BioDIGS: Biosynthetic Gene Clusters
October 16, 2024
About this Book
This is a companion training guide for BioDIGS, a GDSCN project that brings a research experience into the classroom. In this module, students will explore microbiome data for the presence of biosynthesis genes. They will run analyses using antiSMASH as implemented on Galaxy.
Visit the BioDIGS (BioDiversity and Informatics for Genomics Scholars) website here for more information about this collaborative, distributed research project, including how you can get involved!
The GDSCN (Genomics Data Science Community Network) is a consortium of educators who aim to create a world where researchers, educators, and students from diverse backgrounds are able to fully participate in genomic data science research. You can find more information about its mission and initiatives here.
0.1 Skills Level
The activities in this guide are written for undergraduate students and beginning graduate students.
Genetics
Beginner: some genetics knowledge needed
Programming skills
Novice: no programming experience needed
0.2 Platform
The activities in this guide are demonstrated on NHGRI’s AnVIL cloud computing platform. AnVIL is the preferred computing platform for the GDSCN. However, all of these activities can be done using your personal installation of R or using the online Galaxy portal.

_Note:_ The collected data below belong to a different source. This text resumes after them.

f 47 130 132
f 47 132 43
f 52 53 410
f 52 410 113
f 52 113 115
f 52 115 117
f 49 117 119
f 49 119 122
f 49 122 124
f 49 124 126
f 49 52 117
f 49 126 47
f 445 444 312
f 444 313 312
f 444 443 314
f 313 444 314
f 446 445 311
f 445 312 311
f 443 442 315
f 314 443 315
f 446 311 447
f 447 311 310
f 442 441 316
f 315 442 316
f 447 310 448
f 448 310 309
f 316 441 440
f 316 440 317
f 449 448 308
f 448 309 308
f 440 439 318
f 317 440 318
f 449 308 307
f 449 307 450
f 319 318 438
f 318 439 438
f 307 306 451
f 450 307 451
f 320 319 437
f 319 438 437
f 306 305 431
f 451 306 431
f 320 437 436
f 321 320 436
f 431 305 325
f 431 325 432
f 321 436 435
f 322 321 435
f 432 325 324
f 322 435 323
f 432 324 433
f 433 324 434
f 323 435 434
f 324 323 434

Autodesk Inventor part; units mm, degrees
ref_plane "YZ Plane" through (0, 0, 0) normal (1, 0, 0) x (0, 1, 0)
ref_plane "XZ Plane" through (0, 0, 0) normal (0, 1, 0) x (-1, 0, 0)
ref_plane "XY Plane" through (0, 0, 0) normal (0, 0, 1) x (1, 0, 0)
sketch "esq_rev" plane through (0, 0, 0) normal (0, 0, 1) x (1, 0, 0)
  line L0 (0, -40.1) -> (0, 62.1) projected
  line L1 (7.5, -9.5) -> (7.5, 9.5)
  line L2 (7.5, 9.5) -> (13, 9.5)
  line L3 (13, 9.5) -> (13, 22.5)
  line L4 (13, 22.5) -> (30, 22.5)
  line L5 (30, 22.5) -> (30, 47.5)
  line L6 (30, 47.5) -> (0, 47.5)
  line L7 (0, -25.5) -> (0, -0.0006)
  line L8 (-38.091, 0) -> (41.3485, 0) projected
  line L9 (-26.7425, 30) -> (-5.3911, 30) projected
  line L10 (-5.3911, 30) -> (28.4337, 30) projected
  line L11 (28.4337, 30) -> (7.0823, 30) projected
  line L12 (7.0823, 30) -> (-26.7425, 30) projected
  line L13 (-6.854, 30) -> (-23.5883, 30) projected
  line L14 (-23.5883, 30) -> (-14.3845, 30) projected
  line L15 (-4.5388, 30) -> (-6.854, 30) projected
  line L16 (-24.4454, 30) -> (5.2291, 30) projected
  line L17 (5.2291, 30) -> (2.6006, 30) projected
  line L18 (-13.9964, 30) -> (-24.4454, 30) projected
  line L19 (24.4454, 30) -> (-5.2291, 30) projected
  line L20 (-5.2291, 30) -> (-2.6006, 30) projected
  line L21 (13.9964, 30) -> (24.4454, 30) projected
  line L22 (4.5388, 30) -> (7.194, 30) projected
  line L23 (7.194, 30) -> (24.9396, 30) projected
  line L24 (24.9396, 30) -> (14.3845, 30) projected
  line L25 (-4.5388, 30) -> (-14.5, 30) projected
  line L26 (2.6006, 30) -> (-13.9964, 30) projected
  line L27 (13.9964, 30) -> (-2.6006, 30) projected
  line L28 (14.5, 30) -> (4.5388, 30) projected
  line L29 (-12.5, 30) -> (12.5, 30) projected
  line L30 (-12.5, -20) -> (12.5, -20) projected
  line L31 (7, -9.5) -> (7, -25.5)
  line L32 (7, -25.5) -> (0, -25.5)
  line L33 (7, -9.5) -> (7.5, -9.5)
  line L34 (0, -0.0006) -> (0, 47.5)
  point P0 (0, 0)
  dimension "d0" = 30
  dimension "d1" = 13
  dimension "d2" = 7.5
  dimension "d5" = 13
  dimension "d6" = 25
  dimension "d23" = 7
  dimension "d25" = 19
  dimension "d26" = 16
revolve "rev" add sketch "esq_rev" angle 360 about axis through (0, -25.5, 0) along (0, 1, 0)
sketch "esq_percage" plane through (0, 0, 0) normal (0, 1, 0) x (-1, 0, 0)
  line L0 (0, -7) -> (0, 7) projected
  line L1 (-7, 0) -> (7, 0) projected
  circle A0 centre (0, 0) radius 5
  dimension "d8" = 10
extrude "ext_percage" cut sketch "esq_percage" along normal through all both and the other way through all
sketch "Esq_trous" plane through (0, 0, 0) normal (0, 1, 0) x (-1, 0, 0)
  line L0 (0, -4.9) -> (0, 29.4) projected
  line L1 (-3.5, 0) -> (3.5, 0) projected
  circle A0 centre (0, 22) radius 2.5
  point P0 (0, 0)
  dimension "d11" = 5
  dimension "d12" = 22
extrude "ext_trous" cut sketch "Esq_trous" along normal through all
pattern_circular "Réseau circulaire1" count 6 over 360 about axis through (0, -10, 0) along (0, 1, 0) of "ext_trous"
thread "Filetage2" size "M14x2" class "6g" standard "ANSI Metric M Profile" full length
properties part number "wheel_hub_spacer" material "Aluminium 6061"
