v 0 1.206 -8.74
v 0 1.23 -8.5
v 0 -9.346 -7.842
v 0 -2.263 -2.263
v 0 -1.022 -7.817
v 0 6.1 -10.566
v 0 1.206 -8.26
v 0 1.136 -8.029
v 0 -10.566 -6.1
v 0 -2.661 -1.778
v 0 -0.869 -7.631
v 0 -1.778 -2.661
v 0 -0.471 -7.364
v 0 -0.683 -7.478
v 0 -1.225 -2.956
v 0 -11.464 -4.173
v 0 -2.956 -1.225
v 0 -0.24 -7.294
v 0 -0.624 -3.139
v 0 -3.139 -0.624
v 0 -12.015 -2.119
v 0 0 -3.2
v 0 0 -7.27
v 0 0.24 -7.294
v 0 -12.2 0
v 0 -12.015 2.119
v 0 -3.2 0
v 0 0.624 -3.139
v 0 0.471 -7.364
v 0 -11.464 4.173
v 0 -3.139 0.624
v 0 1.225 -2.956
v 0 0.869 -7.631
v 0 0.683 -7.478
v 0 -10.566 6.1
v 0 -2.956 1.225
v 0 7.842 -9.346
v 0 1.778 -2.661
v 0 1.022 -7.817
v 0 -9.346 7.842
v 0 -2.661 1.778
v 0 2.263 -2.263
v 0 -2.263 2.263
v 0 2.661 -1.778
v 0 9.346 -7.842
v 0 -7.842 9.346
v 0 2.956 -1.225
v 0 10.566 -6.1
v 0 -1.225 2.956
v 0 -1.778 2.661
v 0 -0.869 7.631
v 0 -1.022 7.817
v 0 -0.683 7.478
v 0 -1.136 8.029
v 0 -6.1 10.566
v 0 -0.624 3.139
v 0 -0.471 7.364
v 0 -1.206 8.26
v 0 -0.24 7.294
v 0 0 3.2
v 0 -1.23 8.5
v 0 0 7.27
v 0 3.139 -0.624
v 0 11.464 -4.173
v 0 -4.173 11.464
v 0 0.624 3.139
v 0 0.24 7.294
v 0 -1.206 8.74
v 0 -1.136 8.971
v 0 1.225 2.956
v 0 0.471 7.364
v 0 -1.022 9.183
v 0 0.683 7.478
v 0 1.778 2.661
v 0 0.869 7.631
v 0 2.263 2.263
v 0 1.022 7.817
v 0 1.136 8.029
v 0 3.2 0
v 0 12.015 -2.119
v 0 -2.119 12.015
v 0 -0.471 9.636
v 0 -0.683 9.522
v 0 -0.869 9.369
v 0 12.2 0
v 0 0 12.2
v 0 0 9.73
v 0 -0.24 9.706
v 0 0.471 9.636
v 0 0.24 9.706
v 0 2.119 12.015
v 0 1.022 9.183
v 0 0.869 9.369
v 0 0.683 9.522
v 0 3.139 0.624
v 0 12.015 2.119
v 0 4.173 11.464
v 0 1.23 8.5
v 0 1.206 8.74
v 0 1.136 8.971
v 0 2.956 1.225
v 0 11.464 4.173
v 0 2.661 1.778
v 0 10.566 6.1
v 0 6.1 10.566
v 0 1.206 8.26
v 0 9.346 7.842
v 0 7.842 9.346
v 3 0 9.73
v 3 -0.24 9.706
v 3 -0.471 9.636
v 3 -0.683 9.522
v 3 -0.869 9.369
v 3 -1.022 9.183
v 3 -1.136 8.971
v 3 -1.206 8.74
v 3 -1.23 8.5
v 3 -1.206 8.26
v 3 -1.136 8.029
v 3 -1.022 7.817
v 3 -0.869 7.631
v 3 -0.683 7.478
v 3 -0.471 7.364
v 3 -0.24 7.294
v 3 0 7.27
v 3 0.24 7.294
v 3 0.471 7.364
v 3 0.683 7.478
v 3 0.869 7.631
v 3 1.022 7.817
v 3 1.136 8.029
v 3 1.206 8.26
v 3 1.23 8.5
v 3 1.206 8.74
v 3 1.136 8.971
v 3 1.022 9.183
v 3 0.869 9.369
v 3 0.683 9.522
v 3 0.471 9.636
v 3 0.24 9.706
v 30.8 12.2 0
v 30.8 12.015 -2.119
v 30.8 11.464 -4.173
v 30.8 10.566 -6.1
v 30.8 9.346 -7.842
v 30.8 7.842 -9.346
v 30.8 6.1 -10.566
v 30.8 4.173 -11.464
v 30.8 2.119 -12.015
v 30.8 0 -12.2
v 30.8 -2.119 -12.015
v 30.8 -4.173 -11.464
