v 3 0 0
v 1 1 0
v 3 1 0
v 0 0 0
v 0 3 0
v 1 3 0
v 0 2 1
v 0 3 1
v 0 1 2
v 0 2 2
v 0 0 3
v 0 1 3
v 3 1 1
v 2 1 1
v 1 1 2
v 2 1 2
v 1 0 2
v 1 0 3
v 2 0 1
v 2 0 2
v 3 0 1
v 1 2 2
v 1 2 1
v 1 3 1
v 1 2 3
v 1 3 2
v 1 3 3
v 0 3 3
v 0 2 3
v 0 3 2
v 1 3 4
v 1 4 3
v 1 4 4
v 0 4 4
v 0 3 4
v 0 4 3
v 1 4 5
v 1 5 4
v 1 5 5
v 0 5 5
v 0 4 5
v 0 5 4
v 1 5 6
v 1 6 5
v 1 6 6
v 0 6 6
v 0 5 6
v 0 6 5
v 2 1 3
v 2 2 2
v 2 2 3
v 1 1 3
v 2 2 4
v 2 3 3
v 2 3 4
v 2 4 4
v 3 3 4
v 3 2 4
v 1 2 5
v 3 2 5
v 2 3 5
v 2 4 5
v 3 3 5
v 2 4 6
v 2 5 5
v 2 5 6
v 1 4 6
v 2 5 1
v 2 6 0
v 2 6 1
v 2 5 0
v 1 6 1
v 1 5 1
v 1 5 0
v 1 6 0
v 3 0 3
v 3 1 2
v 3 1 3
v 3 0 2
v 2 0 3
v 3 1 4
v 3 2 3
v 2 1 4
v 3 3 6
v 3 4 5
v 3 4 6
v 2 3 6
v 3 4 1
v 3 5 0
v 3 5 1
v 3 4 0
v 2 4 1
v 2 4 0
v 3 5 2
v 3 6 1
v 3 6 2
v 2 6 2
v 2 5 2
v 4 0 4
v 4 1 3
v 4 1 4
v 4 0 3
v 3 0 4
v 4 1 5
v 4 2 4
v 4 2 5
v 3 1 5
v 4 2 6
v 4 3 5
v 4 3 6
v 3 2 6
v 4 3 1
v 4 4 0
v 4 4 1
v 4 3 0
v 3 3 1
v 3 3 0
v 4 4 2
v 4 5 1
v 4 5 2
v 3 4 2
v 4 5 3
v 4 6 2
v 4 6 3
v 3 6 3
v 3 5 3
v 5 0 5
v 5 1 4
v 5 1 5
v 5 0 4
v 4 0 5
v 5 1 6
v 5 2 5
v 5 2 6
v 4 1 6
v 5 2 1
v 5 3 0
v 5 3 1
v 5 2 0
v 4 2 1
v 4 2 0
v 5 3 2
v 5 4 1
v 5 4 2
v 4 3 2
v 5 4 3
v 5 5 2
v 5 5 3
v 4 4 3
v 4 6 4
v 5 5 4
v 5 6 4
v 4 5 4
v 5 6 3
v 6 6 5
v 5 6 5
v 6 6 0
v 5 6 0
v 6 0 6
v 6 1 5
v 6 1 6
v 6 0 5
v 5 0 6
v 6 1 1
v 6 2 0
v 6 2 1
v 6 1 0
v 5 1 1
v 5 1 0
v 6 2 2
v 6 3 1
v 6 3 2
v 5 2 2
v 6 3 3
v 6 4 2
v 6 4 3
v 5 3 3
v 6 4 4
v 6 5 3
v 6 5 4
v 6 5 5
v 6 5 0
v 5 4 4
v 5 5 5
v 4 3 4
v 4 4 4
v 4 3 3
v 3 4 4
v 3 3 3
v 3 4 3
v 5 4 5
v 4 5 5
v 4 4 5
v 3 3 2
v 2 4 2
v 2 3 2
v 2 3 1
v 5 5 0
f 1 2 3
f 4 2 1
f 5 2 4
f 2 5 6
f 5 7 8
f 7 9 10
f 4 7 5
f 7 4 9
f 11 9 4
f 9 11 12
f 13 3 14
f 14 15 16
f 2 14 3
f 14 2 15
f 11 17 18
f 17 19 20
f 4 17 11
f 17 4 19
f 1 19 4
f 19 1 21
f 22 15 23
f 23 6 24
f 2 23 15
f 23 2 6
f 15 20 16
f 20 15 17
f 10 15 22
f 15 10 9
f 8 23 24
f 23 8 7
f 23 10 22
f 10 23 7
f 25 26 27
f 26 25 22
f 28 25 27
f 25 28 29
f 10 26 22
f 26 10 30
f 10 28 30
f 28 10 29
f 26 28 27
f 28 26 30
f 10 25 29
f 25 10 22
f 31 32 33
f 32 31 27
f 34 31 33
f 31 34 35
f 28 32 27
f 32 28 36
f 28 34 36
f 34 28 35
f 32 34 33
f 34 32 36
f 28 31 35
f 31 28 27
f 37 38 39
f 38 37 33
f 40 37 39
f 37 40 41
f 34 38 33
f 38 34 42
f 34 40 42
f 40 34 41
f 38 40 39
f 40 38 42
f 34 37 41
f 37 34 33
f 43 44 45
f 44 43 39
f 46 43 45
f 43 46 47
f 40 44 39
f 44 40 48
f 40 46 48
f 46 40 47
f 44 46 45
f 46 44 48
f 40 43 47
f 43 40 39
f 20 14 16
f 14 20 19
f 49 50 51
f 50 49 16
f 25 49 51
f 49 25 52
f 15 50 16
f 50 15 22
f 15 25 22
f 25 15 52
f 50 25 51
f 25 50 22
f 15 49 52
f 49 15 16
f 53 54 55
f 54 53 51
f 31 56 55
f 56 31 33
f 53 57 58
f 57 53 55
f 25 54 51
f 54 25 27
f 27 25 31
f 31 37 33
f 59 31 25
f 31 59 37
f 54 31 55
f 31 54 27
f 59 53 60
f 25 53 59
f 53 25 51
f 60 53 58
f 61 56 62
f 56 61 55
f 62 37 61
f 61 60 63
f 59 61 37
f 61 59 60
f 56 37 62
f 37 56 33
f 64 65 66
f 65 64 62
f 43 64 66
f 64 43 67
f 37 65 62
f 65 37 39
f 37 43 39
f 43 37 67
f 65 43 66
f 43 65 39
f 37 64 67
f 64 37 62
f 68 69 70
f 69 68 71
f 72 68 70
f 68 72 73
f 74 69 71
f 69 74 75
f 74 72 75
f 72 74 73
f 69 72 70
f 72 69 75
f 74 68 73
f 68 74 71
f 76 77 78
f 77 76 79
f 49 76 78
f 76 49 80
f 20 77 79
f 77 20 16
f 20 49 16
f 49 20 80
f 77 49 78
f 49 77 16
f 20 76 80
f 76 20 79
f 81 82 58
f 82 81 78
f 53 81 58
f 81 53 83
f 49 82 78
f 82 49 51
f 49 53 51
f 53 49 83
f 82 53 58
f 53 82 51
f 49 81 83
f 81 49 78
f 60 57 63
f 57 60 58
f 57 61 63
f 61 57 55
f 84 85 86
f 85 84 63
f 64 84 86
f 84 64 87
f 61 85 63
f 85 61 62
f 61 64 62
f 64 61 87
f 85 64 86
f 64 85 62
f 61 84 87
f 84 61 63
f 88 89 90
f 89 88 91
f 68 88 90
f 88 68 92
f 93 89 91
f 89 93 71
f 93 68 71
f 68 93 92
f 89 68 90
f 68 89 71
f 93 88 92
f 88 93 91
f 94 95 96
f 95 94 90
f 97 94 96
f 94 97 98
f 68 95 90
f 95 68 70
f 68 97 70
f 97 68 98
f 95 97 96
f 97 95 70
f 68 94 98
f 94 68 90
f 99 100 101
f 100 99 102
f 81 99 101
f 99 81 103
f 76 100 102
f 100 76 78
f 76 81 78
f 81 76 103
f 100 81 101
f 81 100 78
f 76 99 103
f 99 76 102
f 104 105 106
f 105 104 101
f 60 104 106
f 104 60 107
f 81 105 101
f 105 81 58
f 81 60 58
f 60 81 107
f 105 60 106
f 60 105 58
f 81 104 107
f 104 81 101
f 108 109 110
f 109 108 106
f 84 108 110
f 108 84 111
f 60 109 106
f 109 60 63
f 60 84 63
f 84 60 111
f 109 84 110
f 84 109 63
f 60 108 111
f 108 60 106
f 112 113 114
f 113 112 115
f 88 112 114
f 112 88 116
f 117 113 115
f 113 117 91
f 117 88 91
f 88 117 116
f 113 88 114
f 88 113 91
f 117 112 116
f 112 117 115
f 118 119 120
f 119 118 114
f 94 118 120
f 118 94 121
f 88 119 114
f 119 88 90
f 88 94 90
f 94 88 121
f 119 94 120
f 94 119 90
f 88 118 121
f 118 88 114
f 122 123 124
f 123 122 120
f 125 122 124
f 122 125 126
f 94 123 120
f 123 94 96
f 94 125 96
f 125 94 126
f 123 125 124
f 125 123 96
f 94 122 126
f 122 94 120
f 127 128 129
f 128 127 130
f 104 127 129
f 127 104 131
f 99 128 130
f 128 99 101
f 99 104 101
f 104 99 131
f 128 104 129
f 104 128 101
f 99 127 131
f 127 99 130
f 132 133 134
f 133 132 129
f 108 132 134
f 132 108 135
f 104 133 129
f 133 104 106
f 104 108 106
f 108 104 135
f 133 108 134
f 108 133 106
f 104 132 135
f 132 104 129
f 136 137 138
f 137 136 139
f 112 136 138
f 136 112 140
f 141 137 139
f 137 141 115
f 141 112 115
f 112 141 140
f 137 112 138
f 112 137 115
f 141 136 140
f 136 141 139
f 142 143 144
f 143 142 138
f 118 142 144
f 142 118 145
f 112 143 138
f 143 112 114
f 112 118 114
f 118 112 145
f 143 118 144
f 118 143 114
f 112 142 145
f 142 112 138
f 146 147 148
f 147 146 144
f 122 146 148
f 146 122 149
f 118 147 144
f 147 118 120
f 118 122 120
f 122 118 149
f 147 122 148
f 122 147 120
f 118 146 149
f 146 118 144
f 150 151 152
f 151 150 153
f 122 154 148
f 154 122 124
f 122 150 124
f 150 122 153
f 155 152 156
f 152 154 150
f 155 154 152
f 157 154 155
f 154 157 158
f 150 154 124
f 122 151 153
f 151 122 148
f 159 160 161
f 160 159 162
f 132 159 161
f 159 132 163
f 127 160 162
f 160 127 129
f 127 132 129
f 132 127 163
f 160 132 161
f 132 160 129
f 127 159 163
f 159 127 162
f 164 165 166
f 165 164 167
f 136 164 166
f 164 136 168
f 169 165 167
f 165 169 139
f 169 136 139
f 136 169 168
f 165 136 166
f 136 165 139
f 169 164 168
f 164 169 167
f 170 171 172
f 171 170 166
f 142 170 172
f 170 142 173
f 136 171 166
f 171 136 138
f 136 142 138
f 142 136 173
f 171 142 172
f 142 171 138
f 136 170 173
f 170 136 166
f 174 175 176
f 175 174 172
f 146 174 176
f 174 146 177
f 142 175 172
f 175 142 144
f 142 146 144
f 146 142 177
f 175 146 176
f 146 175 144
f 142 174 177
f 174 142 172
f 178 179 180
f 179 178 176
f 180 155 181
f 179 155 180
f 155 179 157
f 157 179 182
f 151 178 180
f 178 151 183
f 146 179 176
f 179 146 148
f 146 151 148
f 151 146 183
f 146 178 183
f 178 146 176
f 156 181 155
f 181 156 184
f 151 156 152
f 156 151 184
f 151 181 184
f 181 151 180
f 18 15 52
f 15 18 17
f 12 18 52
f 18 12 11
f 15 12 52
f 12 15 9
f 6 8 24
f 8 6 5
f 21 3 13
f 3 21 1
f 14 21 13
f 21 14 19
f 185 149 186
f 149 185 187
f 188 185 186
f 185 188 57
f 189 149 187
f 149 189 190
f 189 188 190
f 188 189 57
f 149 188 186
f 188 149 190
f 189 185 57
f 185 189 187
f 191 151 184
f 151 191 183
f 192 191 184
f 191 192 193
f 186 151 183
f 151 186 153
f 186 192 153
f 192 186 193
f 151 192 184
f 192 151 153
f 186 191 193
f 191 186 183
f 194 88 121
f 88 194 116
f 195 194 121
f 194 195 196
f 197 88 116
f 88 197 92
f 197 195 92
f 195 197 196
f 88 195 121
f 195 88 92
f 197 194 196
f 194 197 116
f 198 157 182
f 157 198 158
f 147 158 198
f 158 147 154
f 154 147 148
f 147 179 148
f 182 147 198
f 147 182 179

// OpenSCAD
union() {
    translate([0, 0, 0]) cube([1, 1, 1]);
    translate([0, 1, 1]) cube([1, 1, 1]);
    translate([0, 2, 2]) cube([1, 1, 1]);
    translate([0, 3, 3]) cube([1, 1, 1]);
    translate([0, 4, 4]) cube([1, 1, 1]);
    translate([0, 5, 5]) cube([1, 1, 1]);
    translate([1, 0, 1]) cube([1, 1, 1]);
    translate([1, 1, 2]) cube([1, 1, 1]);
    translate([1, 2, 3]) cube([1, 1, 1]);
    translate([1, 3, 4]) cube([1, 1, 1]);
    translate([1, 4, 5]) cube([1, 1, 1]);
    translate([1, 5, 0]) cube([1, 1, 1]);
    translate([2, 0, 2]) cube([1, 1, 1]);
    translate([2, 1, 3]) cube([1, 1, 1]);
    translate([2, 2, 4]) cube([1, 1, 1]);
    translate([2, 3, 5]) cube([1, 1, 1]);
    translate([2, 4, 0]) cube([1, 1, 1]);
    translate([2, 5, 1]) cube([1, 1, 1]);
    translate([3, 0, 3]) cube([1, 1, 1]);
    translate([3, 1, 4]) cube([1, 1, 1]);
    translate([3, 2, 5]) cube([1, 1, 1]);
    translate([3, 3, 0]) cube([1, 1, 1]);
    translate([3, 4, 1]) cube([1, 1, 1]);
    translate([3, 5, 2]) cube([1, 1, 1]);
    translate([4, 0, 4]) cube([1, 1, 1]);
    translate([4, 1, 5]) cube([1, 1, 1]);
    translate([4, 2, 0]) cube([1, 1, 1]);
    translate([4, 3, 1]) cube([1, 1, 1]);
    translate([4, 4, 2]) cube([1, 1, 1]);
    translate([4, 5, 3]) cube([1, 1, 1]);
    translate([5, 0, 5]) cube([1, 1, 1]);
    translate([5, 1, 0]) cube([1, 1, 1]);
    translate([5, 2, 1]) cube([1, 1, 1]);
    translate([5, 3, 2]) cube([1, 1, 1]);
    translate([5, 4, 3]) cube([1, 1, 1]);
    translate([5, 5, 4]) cube([1, 1, 1]);
    translate([0, 0, 1]) cube([1, 1, 1]);
    translate([0, 0, 2]) cube([1, 1, 1]);
    translate([0, 1, 0]) cube([1, 1, 1]);
    translate([0, 2, 0]) cube([1, 1, 1]);
    translate([1, 0, 0]) cube([1, 1, 1]);
    translate([2, 0, 0]) cube([1, 1, 1]);
    translate([3, 3, 3]) cube([1, 1, 1]);
    translate([4, 4, 4]) cube([1, 1, 1]);
    translate([1, 2, 4]) cube([1, 1, 1]);
    translate([2, 3, 1]) cube([1, 1, 1]);
    translate([5, 5, 0]) cube([1, 1, 1]);
    translate([5, 5, 1]) cube([1, 1, 1]);
    translate([5, 5, 2]) cube([1, 1, 1]);
    translate([5, 5, 3]) cube([1, 1, 1]);
}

Please check out our full collection of AnVIL and related resources: https://hutchdatascience.org/AnVIL_Collection/
0.3 Data
The data generated by the BioDIGS project is available through the BioDIGS website, as well as through an AnVIL workspace.
Data about the soil itself as well as soil metal content was generated by the Delaware Soil Testing Program at the University of Delaware. Sequences were generated by the Johns Hopkins University Genetic Resources Core Facility and by PacBio.